Different results are expected for the Journal of Experimental Psychology, Learning, Memory, and Cognition (JEP-LMC). Here the OSC project was able to replicate 13/47 (48%) results. A discovery rate of 48% implies a maximum false discovery rate of 6%. Thus, no adjustment to the alpha level may be needed for this journal.
Figure 6 shows the results for the z-curve analysis of test statistics published from 2000 to 2020. There is evidence of publication bias. The ODR of 67% is outside the 95%CI of the EDR 45%, 95%CI = . However, with an EDR of 45%, the maximum FDR is 7%. This is close to the estimate based on the OSC results and close to the desired level of 5%.
For this journal it was sufficient to set the alpha criterion to p < .03. This produced a fairly close match between the ODR (61%) and EDR (58%) and a maximum FDR of 4%.
Significance testing was introduced by Fisher, 100 years ago. He would recognize the way scientists analyze their data because not much has changed. Over the past 100 years, many statisticians and practitioners have pointed out problems with this approach, but no practical alternatives have been offered. Adjusting the significance criterion depending on the research question is one reasonable modification, but often requires more a priori knowledge than researchers have (Lakens et al., 2018). Lowering alpha makes sense when there is a concern about too many false positive results, but can be a costly mistake when false positive results are fewer than feared (Benjamin et al., 2017). Here I presented a solution to this problem. It is possible to use the maximum false-discovery rate to pick alpha so that the percentage of false discoveries is kept at a reasonable minimum.

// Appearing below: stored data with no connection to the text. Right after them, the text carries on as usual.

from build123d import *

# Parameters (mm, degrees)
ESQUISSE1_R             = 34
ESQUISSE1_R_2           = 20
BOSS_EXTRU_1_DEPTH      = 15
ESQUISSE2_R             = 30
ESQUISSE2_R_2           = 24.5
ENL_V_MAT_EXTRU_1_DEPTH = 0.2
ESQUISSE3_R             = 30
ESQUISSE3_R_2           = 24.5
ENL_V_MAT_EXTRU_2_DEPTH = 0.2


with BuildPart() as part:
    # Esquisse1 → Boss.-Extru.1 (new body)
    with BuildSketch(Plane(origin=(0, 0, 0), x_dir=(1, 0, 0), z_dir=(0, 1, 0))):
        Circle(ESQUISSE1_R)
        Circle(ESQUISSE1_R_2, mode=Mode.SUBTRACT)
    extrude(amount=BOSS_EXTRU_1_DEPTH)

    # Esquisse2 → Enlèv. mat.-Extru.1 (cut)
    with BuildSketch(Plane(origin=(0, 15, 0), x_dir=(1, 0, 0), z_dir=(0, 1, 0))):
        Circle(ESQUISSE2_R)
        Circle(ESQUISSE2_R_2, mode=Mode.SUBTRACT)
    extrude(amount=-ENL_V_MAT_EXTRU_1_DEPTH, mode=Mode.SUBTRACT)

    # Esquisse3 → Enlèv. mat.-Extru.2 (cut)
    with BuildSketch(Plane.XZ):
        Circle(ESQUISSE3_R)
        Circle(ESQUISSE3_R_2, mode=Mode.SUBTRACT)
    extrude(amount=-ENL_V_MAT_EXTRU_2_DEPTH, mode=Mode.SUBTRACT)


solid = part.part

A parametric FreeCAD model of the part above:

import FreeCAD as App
import Part
import Sketcher
from FreeCAD import Vector
Q = App.Units.Quantity

doc = App.newDocument("Part")
body = doc.addObject("PartDesign::Body", "Body")

# Sketch on XZ plane
sketch1 = body.newObject("Sketcher::SketchObject", "Sketch")
sketch1.AttachmentSupport = (doc.getObject("XZ_Plane"), [""])
sketch1.MapMode = "FlatFace"
sketch1.addGeometry(Part.Circle(Vector(0, 0, 0), Vector(0, 0, 1), 34), False)
sketch1.addGeometry(Part.Circle(Vector(0, 0, 0), Vector(0, 0, 1), 20), False)
sketch1.addConstraint(Sketcher.Constraint("Coincident", 0, 3, -1, 1))
sketch1.addConstraint(Sketcher.Constraint("Coincident", 1, 3, -1, 1))
sketch1.addConstraint(Sketcher.Constraint("Diameter", 0, Q("68 mm")))
sketch1.addConstraint(Sketcher.Constraint("Diameter", 1, Q("40 mm")))
pad1 = body.newObject("PartDesign::Pad", "Pad")
pad1.Profile = sketch1
pad1.Length = 15
pad1.Reversed = True

# Sketch on XZ plane
sketch2 = body.newObject("Sketcher::SketchObject", "Sketch001")
sketch2.AttachmentSupport = (doc.getObject("XZ_Plane"), [""])
sketch2.MapMode = "FlatFace"
sketch2.AttachmentOffset = App.Placement(Vector(0, 0, -15), App.Rotation())
sketch2.addGeometry(Part.Circle(Vector(0, 0, 0), Vector(0, 0, 1), 30), False)
sketch2.addGeometry(Part.Circle(Vector(0, 0, 0), Vector(0, 0, 1), 24), False)
sketch2.addConstraint(Sketcher.Constraint("Coincident", 0, 3, -1, 1))
sketch2.addConstraint(Sketcher.Constraint("Coincident", 1, 3, -1, 1))
sketch2.addConstraint(Sketcher.Constraint("Diameter", 0, Q("60 mm")))
sketch2.addConstraint(Sketcher.Constraint("Diameter", 1, Q("49 mm")))
pocket1 = body.newObject("PartDesign::Pocket", "Pocket")
pocket1.Profile = sketch2
pocket1.Length = 0.2
pocket1.Reversed = True

# Sketch on XZ plane
sketch3 = body.newObject("Sketcher::SketchObject", "Sketch002")
sketch3.AttachmentSupport = (doc.getObject("XZ_Plane"), [""])
sketch3.MapMode = "FlatFace"
sketch3.addGeometry(Part.Circle(Vector(0, 0, 0), Vector(0, 0, 1), 30), False)
sketch3.addGeometry(Part.Circle(Vector(0, 0, 0), Vector(0, 0, 1), 24), False)
sketch3.addConstraint(Sketcher.Constraint("Coincident", 0, 3, -1, 1))
sketch3.addConstraint(Sketcher.Constraint("Coincident", 1, 3, -1, 1))
sketch3.addConstraint(Sketcher.Constraint("Diameter", 0, Q("60 mm")))
sketch3.addConstraint(Sketcher.Constraint("Diameter", 1, Q("49 mm")))
pocket2 = body.newObject("PartDesign::Pocket", "Pocket001")
pocket2.Profile = sketch3
pocket2.Length = 0.2

doc.recompute()
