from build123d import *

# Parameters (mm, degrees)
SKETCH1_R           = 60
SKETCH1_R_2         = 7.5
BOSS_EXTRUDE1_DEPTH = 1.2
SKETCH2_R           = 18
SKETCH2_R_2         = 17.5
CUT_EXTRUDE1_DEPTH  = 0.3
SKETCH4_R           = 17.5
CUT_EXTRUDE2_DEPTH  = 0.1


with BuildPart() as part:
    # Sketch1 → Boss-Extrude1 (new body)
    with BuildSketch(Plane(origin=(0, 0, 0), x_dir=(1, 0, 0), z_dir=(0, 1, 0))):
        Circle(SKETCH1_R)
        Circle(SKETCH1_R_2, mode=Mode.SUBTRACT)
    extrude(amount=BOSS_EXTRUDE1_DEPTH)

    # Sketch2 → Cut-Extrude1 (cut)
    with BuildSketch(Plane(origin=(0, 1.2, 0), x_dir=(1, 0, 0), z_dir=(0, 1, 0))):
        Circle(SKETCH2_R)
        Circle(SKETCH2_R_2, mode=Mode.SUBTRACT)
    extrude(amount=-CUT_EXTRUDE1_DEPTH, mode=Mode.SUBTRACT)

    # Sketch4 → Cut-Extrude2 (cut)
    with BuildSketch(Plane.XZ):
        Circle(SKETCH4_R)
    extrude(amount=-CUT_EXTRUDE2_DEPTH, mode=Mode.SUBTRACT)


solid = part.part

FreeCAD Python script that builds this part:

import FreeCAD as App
import Part
import Sketcher
Q = App.Units.Quantity

doc = App.newDocument("Part")
body = doc.addObject("PartDesign::Body", "Body")

# Sketch on XZ plane
sketch1 = body.newObject("Sketcher::SketchObject", "Sketch")
sketch1.AttachmentSupport = (doc.getObject("XZ_Plane"), [""])
sketch1.MapMode = "FlatFace"
sketch1.addGeometry([
    Part.Circle(App.Vector(0, 0, 0), App.Vector(0, 0, 1), 60),
    Part.Circle(App.Vector(0, 0, 0), App.Vector(0, 0, 1), 8),
], False)
sketch1.addConstraint([
    Sketcher.Constraint("Coincident", 0, 3, -1, 1),
    Sketcher.Constraint("Coincident", 1, 3, -1, 1),
    Sketcher.Constraint("Diameter", 0, Q("120 mm")),
    Sketcher.Constraint("Diameter", 1, Q("15 mm")),
])
pad1 = body.newObject("PartDesign::Pad", "Pad")
pad1.Profile = sketch1
pad1.Length = 1.2
pad1.Reversed = True

# Sketch on XZ plane
sketch2 = body.newObject("Sketcher::SketchObject", "Sketch001")
sketch2.AttachmentSupport = (doc.getObject("XZ_Plane"), [""])
sketch2.MapMode = "FlatFace"
sketch2.AttachmentOffset = App.Placement(App.Vector(0, 0, -1.2), App.Rotation())
sketch2.addGeometry([
    Part.Circle(App.Vector(0, 0, 0), App.Vector(0, 0, 1), 18),
    Part.Circle(App.Vector(0, 0, 0), App.Vector(0, 0, 1), 18),
], False)
sketch2.addConstraint([
    Sketcher.Constraint("Coincident", 0, 3, -1, 1),
    Sketcher.Constraint("Coincident", 1, 3, -1, 1),
    Sketcher.Constraint("Diameter", 0, Q("36 mm")),
    Sketcher.Constraint("Diameter", 1, Q("35 mm")),
])
pocket1 = body.newObject("PartDesign::Pocket", "Pocket")
pocket1.Profile = sketch2
pocket1.Length = 0.3
pocket1.Reversed = True

# Sketch on XZ plane
sketch3 = body.newObject("Sketcher::SketchObject", "Sketch002")
sketch3.AttachmentSupport = (doc.getObject("XZ_Plane"), [""])
sketch3.MapMode = "FlatFace"
sketch3.addGeometry(Part.Circle(App.Vector(0, 0, 0), App.Vector(0, 0, 1), 18), False)
sketch3.addConstraint([
    Sketcher.Constraint("Coincident", 0, 3, -1, 1),
    Sketcher.Constraint("Diameter", 0, Q("35 mm")),
])
pocket2 = body.newObject("PartDesign::Pocket", "Pocket001")
pocket2.Profile = sketch3
pocket2.Length = 0.1

doc.recompute()
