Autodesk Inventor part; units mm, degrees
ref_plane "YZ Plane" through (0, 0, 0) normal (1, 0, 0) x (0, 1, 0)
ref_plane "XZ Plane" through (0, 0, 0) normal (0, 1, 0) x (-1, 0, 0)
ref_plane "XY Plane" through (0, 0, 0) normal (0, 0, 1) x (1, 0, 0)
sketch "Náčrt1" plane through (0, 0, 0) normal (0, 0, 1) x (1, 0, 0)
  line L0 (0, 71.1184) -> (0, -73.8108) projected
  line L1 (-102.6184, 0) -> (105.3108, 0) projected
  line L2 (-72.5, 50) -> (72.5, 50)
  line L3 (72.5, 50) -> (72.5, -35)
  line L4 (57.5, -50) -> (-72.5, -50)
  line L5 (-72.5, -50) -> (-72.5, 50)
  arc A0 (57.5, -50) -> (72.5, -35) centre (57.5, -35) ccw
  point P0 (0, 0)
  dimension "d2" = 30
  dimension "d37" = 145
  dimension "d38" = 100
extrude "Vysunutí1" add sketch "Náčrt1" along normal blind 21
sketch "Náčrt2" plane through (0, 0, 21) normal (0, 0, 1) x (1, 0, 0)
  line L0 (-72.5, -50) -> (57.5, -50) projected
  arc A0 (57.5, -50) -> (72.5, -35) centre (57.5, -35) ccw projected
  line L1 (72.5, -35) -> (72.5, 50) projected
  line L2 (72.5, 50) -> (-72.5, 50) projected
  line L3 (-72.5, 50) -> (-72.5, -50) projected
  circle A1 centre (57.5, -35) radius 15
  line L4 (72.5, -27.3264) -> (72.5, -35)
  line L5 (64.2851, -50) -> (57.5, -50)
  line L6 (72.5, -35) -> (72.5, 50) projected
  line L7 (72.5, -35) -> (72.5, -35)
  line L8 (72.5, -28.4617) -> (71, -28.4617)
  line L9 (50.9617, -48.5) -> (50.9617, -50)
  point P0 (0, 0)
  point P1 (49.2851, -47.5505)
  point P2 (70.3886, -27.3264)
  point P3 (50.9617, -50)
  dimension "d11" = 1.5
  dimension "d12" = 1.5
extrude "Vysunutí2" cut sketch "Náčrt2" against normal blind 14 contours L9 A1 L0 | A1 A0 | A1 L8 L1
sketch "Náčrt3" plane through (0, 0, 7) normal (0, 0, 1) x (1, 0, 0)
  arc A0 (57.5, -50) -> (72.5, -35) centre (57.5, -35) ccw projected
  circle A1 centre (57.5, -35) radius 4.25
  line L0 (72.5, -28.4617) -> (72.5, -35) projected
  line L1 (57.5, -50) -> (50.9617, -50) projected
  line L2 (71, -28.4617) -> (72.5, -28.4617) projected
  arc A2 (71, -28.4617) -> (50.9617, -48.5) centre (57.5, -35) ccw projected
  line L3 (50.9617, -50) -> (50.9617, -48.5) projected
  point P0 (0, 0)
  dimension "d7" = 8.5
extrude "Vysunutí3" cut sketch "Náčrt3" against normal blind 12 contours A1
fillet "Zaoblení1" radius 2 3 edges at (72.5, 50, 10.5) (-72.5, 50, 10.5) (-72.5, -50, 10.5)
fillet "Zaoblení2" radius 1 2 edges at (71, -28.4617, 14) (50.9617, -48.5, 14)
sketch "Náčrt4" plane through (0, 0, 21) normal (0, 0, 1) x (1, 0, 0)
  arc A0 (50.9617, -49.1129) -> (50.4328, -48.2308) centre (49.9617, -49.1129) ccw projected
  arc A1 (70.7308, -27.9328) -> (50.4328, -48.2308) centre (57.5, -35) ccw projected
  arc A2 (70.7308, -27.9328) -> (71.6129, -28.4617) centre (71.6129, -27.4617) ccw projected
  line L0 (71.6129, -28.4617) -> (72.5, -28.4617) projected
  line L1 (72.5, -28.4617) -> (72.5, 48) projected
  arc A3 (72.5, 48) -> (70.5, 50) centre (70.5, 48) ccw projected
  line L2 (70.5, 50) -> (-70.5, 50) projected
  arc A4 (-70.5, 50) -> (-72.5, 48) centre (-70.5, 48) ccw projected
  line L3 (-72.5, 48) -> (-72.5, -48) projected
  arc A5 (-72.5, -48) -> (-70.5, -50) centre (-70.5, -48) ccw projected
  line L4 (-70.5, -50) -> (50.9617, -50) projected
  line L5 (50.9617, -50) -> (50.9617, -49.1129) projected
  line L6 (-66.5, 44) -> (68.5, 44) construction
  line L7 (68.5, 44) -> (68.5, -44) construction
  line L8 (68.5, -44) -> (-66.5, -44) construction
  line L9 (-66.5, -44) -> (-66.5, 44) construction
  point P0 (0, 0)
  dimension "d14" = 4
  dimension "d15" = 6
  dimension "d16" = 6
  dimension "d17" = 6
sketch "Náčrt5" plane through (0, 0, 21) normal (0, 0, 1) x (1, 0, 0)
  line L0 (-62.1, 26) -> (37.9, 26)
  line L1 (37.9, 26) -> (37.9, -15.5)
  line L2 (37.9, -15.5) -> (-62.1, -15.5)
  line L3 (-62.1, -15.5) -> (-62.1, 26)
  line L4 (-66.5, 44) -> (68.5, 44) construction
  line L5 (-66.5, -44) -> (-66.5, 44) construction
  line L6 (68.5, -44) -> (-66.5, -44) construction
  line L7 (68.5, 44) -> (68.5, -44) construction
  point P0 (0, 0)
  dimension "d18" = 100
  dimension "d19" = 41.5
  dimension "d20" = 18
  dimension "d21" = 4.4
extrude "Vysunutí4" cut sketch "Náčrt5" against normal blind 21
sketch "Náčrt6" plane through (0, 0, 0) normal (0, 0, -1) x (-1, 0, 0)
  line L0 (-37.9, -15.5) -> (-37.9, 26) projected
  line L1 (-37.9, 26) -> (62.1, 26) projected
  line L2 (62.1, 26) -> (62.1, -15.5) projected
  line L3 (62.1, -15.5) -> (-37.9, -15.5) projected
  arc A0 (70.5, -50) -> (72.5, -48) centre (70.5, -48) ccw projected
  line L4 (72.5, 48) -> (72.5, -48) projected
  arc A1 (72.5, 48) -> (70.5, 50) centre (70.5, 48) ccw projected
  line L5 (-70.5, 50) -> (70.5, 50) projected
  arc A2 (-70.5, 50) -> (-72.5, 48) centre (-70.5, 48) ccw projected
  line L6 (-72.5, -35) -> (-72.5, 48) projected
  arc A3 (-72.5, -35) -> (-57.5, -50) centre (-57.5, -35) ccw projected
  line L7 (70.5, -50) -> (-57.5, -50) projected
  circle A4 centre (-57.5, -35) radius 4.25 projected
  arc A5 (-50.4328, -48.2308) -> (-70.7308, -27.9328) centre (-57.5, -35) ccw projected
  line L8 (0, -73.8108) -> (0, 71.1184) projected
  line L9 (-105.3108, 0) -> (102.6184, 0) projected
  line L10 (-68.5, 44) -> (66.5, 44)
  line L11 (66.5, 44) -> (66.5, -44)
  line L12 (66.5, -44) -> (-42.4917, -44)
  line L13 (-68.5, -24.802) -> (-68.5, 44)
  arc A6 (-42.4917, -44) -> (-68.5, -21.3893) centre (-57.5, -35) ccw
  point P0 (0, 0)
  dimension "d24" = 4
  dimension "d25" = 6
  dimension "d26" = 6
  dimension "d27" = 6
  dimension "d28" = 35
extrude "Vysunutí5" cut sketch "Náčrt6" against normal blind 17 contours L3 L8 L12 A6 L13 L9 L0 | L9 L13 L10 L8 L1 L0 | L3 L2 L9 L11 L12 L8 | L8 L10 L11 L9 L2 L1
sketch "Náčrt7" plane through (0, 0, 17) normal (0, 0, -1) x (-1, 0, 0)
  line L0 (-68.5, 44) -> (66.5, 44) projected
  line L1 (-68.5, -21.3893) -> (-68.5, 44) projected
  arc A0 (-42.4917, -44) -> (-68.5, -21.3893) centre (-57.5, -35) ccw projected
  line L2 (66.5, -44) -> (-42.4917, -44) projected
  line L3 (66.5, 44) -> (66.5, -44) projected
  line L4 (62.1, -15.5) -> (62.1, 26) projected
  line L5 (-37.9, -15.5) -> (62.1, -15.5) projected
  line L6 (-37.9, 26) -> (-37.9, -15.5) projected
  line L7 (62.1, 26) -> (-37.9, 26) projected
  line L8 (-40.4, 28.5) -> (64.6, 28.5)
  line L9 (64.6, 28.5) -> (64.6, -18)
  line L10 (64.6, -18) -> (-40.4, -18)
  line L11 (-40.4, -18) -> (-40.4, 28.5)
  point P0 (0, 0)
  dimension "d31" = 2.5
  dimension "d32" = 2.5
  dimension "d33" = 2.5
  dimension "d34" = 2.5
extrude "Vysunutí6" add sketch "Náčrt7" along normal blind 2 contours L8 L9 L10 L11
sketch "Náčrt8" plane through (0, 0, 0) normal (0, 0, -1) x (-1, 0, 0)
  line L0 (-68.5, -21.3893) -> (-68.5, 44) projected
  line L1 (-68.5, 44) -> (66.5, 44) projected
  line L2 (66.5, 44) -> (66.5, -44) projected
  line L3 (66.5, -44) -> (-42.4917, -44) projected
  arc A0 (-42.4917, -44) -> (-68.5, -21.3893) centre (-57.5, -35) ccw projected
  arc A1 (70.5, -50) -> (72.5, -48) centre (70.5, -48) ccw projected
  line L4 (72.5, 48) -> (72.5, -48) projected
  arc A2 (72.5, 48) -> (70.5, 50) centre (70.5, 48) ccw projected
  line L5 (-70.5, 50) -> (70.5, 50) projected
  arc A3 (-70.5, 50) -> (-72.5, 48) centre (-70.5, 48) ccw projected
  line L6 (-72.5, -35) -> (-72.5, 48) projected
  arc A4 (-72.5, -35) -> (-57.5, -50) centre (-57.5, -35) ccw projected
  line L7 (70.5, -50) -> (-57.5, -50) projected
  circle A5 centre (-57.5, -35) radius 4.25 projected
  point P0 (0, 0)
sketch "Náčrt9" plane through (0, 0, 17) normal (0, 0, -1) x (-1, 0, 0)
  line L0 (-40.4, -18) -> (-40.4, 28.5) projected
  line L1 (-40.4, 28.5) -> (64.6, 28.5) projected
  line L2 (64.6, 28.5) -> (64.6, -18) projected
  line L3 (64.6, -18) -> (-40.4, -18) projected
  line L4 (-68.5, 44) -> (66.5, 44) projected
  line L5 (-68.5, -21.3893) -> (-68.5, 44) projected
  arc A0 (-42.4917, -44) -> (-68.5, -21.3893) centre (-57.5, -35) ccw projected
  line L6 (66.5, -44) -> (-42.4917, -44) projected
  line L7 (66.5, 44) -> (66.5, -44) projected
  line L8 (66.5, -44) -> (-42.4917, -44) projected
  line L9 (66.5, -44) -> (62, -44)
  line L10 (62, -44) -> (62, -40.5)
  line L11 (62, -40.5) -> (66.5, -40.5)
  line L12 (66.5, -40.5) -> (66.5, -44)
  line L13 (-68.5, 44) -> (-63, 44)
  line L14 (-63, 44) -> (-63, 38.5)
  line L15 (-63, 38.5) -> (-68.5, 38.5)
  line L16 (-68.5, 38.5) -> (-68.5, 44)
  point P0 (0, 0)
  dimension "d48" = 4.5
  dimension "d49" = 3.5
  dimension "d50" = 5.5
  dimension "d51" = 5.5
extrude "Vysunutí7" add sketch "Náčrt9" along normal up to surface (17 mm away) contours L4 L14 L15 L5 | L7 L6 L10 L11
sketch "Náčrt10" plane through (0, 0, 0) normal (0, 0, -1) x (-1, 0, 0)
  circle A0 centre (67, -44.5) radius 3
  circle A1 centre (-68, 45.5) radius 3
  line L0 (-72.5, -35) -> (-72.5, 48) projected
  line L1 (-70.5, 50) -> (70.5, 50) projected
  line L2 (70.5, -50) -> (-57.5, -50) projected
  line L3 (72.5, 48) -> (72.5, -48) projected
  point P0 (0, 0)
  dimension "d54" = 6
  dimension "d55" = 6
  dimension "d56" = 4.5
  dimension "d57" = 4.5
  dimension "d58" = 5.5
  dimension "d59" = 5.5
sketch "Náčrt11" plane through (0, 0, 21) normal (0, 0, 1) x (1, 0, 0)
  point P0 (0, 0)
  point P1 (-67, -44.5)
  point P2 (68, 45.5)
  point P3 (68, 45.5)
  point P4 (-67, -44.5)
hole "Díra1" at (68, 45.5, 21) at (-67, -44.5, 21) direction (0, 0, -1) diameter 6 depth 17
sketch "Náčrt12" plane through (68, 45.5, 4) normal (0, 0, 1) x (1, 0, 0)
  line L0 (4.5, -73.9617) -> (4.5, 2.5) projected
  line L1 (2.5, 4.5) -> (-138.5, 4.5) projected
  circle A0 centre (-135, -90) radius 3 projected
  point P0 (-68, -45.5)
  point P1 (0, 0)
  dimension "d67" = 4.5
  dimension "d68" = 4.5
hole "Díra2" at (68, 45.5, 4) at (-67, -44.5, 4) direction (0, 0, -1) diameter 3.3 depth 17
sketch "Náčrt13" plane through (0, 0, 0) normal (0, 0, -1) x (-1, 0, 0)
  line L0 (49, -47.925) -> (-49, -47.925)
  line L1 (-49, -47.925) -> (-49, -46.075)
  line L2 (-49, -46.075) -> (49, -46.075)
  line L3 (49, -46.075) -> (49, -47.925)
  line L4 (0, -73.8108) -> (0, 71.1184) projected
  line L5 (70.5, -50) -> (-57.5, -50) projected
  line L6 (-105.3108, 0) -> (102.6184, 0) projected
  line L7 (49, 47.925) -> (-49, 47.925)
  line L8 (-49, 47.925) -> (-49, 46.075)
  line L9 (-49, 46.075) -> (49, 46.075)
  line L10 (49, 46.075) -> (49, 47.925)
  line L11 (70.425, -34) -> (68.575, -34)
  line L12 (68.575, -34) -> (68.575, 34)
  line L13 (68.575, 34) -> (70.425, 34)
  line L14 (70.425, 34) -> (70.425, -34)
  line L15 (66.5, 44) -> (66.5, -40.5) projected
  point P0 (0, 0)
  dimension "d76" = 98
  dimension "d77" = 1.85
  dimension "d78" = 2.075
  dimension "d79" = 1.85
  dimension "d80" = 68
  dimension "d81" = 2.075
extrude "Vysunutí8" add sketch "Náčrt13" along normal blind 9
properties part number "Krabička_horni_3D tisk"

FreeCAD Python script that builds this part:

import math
import FreeCAD as App
import Part
import Sketcher
from FreeCAD import Vector


def edges_at(feature, points):
    """Names of the edges that pass closest to the given points."""
    edges = feature.Shape.Edges
    near = lambda p: min(range(len(edges)), key=lambda i: edges[i].distToShape(Part.Vertex(*p))[0])
    return sorted({f"Edge{near(p) + 1}" for p in points})


def add_polygon(sketch, points):
    """Adds a closed chain of lines whose ends are joined by coincident constraints."""
    first, n = sketch.GeometryCount, len(points)
    for a, b in zip(points, points[1:] + points[:1]):
        sketch.addGeometry(Part.LineSegment(App.Vector(*a, 0), App.Vector(*b, 0)), False)
    for i in range(n):
        sketch.addConstraint(Sketcher.Constraint("Coincident", first + i, 2, first + (i + 1) % n, 1))

doc = App.newDocument("Part")
body = doc.addObject("PartDesign::Body", "Body")

# Sketch on XY plane
sketch1 = doc.addObject("Sketcher::SketchObject", "Sketch")
body.addObject(sketch1)
sketch1.AttachmentSupport = (doc.XY_Plane, [""])
sketch1.MapMode = "FlatFace"
sketch1.addGeometry([
    Part.LineSegment(Vector(72.5, 50, 0), Vector(-72.5, 50, 0)),  # 0
    Part.LineSegment(Vector(-72.5, 50, 0), Vector(-72.5, -50, 0)),  # 1
    Part.LineSegment(Vector(-72.5, -50, 0), Vector(57.5, -50, 0)),  # 2
    Part.ArcOfCircle(Part.Circle(Vector(57.5, -35, 0), Vector(0, 0, 1), 15), math.radians(-90), math.radians(0)),  # 3
    Part.LineSegment(Vector(72.5, -35, 0), Vector(72.5, 50, 0)),  # 4
], False)
sketch1.addConstraint([
    Sketcher.Constraint("Coincident", 0, 2, 1, 1),
    Sketcher.Constraint("Coincident", 1, 2, 2, 1),
    Sketcher.Constraint("Tangent", 2, 2, 3, 1),
    Sketcher.Constraint("Tangent", 3, 2, 4, 1),
    Sketcher.Constraint("Coincident", 4, 2, 0, 1),
    Sketcher.Constraint("Horizontal", 0),
    Sketcher.Constraint("Vertical", 1),
    Sketcher.Constraint("Horizontal", 2),
    Sketcher.Constraint("Vertical", 4),
    Sketcher.Constraint("Symmetric", 1, 2, 4, 2, -1, 1),
    Sketcher.Constraint("Radius", 3, 15.0),
    Sketcher.Constraint("DistanceX", 0, 2, 0, 1, 145.0),
    Sketcher.Constraint("DistanceY", 1, 2, 1, 1, 100.0),
])
pad1 = doc.addObject("PartDesign::Pad", "Pad")
body.addObject(pad1)
pad1.Profile = sketch1
pad1.Length = 21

Even if this recommendation does not influence the behavior of scientists or the practices of journals, it can be helpful to compute alpha values that ensure a low false discovery rate. At present, consumers of scientific research (mostly other scientists) are used to treat all significant results with p-values less than .05 as discoveries. Literature reviews mention studies with p = .04 as if they have the same status as studies with p = .000001. Once a p-values crosses the magic .05 level, it becomes a solid fact. This is wrong because statistical significance alone does not ensure that a finding is a true positive. To avoid this fallacy, consumers of research can do their own adjustment to the alpha level. Readers of JEP:LMC may use .05 or .03 because this alpha level is sufficient. Readers of JPSP-ASC may lower alpha to .001.
Once readers demand stronger evidence from journals that publish weak evidence, researchers may actually change their practices. As long as consumers buy every p-values less than .05, there is little incentive for producers of p-values to try harder to produce stronger evidence, but when consumers demand p-values below .005, supply will follow. Unfortunately, consumers have been gullible and it was easy to sell them results that do not replicate with a p < .05 warranty because they had no rational way to decide which p-values they should trust or not. Maintaining a reasonably low false discovery rate has proved useful in genomics, it may also prove useful for other sciences.